### Exercise instructions:
Among the lines below, restate word for word only those from the line with "#58=CARTESIAN_POINT('',(-4.022941,192.89,-8.507547));" through the line with "#89=LINE('',#85,#88);", with both end lines kept.

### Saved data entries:
==================================================
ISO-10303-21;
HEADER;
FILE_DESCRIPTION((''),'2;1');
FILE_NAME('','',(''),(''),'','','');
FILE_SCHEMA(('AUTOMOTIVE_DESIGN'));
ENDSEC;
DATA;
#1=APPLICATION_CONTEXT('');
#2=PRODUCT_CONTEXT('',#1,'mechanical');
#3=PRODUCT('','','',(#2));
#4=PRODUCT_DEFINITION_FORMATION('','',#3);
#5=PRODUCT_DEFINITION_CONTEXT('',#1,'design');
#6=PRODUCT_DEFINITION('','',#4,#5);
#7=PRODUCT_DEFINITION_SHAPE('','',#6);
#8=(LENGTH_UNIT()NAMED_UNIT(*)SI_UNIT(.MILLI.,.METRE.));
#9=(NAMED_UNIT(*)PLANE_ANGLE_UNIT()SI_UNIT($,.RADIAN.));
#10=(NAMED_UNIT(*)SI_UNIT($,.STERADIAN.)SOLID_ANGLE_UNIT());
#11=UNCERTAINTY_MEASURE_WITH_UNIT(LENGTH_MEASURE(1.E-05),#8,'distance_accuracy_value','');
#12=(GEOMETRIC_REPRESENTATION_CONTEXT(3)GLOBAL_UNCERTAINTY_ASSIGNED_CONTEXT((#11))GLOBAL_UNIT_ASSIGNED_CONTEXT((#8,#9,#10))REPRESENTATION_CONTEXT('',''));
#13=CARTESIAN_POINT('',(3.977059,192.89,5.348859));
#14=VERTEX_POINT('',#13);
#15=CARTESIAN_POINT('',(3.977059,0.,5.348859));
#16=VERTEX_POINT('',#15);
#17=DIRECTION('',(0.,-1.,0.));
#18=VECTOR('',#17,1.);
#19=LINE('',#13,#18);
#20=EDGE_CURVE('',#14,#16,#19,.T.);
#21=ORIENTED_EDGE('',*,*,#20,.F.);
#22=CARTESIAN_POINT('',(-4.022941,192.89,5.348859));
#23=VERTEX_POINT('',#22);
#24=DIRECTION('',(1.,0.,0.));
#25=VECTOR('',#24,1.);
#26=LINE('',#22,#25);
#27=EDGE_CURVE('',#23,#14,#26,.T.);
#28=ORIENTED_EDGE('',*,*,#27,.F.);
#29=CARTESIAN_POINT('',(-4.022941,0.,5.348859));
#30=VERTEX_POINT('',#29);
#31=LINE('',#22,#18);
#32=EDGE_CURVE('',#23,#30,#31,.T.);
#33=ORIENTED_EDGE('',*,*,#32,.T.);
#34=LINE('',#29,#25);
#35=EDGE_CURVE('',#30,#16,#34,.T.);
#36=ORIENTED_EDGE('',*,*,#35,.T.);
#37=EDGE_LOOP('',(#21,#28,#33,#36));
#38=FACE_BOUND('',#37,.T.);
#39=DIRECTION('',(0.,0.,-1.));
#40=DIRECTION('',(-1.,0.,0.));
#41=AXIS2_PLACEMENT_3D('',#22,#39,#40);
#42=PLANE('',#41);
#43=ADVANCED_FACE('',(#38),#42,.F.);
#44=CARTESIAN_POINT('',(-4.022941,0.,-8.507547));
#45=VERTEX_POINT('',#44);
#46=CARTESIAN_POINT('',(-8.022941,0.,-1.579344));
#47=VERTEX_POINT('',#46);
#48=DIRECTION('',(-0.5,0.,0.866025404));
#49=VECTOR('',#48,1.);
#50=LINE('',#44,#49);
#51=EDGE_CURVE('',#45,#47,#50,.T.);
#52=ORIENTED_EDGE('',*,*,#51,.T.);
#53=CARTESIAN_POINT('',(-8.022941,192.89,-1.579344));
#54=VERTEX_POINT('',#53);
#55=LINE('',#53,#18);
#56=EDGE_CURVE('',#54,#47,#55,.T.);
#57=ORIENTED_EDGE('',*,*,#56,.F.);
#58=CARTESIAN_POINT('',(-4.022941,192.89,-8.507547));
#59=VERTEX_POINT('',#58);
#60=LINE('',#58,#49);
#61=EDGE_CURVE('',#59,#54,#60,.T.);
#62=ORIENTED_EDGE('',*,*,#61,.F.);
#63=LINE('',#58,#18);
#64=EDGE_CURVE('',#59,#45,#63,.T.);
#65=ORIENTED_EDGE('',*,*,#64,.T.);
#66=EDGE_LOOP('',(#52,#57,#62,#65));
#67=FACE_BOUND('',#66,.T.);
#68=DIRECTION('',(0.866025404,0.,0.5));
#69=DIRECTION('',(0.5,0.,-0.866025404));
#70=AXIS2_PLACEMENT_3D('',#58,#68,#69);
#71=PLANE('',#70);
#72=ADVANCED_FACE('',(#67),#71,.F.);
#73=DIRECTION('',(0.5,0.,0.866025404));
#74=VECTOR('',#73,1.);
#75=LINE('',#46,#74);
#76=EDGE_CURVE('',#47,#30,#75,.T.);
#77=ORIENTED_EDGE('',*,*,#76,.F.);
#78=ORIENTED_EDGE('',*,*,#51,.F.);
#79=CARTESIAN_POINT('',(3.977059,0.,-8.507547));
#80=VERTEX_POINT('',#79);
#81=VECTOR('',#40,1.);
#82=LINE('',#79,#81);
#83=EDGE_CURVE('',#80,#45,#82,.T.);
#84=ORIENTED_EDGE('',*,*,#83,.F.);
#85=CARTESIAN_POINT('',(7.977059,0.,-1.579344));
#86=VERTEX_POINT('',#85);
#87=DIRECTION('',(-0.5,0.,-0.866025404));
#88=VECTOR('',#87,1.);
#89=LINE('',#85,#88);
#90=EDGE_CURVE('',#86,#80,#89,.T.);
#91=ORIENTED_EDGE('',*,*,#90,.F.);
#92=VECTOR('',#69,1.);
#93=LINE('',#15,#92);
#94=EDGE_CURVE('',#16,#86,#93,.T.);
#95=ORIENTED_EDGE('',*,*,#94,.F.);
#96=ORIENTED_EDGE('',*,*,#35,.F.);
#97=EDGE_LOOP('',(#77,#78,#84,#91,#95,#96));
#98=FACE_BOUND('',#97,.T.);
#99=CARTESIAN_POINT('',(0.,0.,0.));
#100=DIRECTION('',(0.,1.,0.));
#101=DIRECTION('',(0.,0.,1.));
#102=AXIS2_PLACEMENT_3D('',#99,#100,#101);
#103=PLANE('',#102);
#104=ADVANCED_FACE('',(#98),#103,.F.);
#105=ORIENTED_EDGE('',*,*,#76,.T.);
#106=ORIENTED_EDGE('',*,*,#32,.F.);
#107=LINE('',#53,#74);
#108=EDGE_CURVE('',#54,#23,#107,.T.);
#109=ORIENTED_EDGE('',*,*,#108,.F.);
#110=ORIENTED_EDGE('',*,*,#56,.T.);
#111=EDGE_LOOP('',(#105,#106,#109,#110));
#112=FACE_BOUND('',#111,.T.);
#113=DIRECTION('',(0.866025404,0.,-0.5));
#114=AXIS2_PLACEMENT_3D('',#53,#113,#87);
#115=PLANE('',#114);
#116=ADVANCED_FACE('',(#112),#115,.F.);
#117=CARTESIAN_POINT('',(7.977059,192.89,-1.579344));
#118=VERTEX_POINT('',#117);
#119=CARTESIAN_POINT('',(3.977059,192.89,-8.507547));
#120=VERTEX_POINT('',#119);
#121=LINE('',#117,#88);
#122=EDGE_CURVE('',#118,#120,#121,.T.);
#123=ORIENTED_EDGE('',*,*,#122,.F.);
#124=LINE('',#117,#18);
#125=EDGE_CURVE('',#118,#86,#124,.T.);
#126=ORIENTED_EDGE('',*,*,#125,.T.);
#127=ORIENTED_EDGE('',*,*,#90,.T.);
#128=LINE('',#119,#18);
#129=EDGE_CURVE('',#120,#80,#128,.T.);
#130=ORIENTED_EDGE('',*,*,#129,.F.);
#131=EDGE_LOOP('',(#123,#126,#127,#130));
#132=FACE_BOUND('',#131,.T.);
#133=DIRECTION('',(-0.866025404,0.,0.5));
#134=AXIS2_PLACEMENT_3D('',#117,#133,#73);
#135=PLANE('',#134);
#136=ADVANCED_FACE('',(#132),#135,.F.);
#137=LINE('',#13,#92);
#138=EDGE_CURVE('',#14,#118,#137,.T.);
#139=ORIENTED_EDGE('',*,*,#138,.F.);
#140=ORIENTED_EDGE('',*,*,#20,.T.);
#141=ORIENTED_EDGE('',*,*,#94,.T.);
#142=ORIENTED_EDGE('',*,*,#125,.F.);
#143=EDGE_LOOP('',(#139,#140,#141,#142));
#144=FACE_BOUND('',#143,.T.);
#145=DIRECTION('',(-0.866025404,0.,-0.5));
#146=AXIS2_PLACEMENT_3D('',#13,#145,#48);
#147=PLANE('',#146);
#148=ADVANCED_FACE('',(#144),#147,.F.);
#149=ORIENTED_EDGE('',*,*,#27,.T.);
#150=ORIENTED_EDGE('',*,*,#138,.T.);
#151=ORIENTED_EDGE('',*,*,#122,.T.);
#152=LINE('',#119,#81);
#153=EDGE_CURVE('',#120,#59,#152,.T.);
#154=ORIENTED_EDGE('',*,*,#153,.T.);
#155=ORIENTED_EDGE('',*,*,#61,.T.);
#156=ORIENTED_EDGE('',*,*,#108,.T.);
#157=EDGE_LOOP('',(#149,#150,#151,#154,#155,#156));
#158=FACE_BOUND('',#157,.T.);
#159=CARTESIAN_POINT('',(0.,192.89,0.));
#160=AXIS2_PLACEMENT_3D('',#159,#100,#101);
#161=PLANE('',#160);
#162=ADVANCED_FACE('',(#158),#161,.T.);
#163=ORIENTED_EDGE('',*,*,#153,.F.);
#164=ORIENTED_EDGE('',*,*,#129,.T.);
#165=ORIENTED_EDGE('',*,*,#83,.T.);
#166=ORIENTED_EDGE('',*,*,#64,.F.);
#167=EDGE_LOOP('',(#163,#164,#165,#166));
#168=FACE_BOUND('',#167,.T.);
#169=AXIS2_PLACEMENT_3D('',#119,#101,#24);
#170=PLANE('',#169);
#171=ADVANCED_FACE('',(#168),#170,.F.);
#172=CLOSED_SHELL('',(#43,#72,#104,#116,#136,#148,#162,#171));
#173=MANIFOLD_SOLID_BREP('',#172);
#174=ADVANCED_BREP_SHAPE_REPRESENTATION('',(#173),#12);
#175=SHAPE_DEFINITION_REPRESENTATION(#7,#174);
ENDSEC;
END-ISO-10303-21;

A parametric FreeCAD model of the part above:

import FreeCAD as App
import Part
import Sketcher

V = App.Vector
Q = App.Units.Quantity


def add_polygon(sketch, points):
    """Adds a closed chain of lines whose ends are joined by coincident constraints."""
    first, n = sketch.GeometryCount, len(points)
    for a, b in zip(points, points[1:] + points[:1]):
        sketch.addGeometry(Part.LineSegment(App.Vector(*a, 0), App.Vector(*b, 0)), False)
    for i in range(n):
        sketch.addConstraint(Sketcher.Constraint("Coincident", first + i, 2, first + (i + 1) % n, 1))

doc = App.newDocument("Part")
body = doc.addObject("PartDesign::Body", "Body")

# Sketch on XZ plane
sketch1 = body.newObject("Sketcher::SketchObject", "Sketch")
sketch1.AttachmentSupport = (doc.getObject("XZ_Plane"), [""])
sketch1.MapMode = "FlatFace"
add_polygon(sketch1, [(7.977059, -1.579344), (3.977059, -8.507547), (-4.022941, -8.507547), (-8.022941, -1.579344), (-4.022941, 5.348859), (3.977059, 5.348859)])  # lines 0-5
sketch1.addConstraint([
    Sketcher.Constraint("Horizontal", 1),
    Sketcher.Constraint("Horizontal", 4),
    Sketcher.Constraint("Parallel", 0, 3),
    Sketcher.Constraint("Parallel", 2, 5),
    Sketcher.Constraint("Horizontal", 2, 2, 5, 2),
    Sketcher.Constraint("Vertical", 1, 2, 3, 2),
    Sketcher.Constraint("Vertical", 0, 2, 4, 2),
    Sketcher.Constraint("DistanceX", 1, 2, 1, 1, Q("8 mm")),
    Sketcher.Constraint("Angle", 0, Q("-120 deg")),
    Sketcher.Constraint("Distance", 0, Q("8 mm")),
    Sketcher.Constraint("DistanceX", -1, 1, 0, 2, Q("3.977059 mm")),
    Sketcher.Constraint("DistanceY", -1, 1, 3, 2, Q("5.348859 mm")),
])
pad1 = body.newObject("PartDesign::Pad", "Pad")
pad1.Profile = sketch1
pad1.Length = 192.89
pad1.Reversed = True

doc.recompute()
==================================================
### Response to the exercise:
#58=CARTESIAN_POINT('',(-4.022941,192.89,-8.507547));
#59=VERTEX_POINT('',#58);
#60=LINE('',#58,#49);
#61=EDGE_CURVE('',#59,#54,#60,.T.);
#62=ORIENTED_EDGE('',*,*,#61,.F.);
#63=LINE('',#58,#18);
#64=EDGE_CURVE('',#59,#45,#63,.T.);
#65=ORIENTED_EDGE('',*,*,#64,.T.);
#66=EDGE_LOOP('',(#52,#57,#62,#65));
#67=FACE_BOUND('',#66,.T.);
#68=DIRECTION('',(0.866025404,0.,0.5));
#69=DIRECTION('',(0.5,0.,-0.866025404));
#70=AXIS2_PLACEMENT_3D('',#58,#68,#69);
#71=PLANE('',#70);
#72=ADVANCED_FACE('',(#67),#71,.F.);
#73=DIRECTION('',(0.5,0.,0.866025404));
#74=VECTOR('',#73,1.);
#75=LINE('',#46,#74);
#76=EDGE_CURVE('',#47,#30,#75,.T.);
#77=ORIENTED_EDGE('',*,*,#76,.F.);
#78=ORIENTED_EDGE('',*,*,#51,.F.);
#79=CARTESIAN_POINT('',(3.977059,0.,-8.507547));
#80=VERTEX_POINT('',#79);
#81=VECTOR('',#40,1.);
#82=LINE('',#79,#81);
#83=EDGE_CURVE('',#80,#45,#82,.T.);
#84=ORIENTED_EDGE('',*,*,#83,.F.);
#85=CARTESIAN_POINT('',(7.977059,0.,-1.579344));
#86=VERTEX_POINT('',#85);
#87=DIRECTION('',(-0.5,0.,-0.866025404));
#88=VECTOR('',#87,1.);
#89=LINE('',#85,#88);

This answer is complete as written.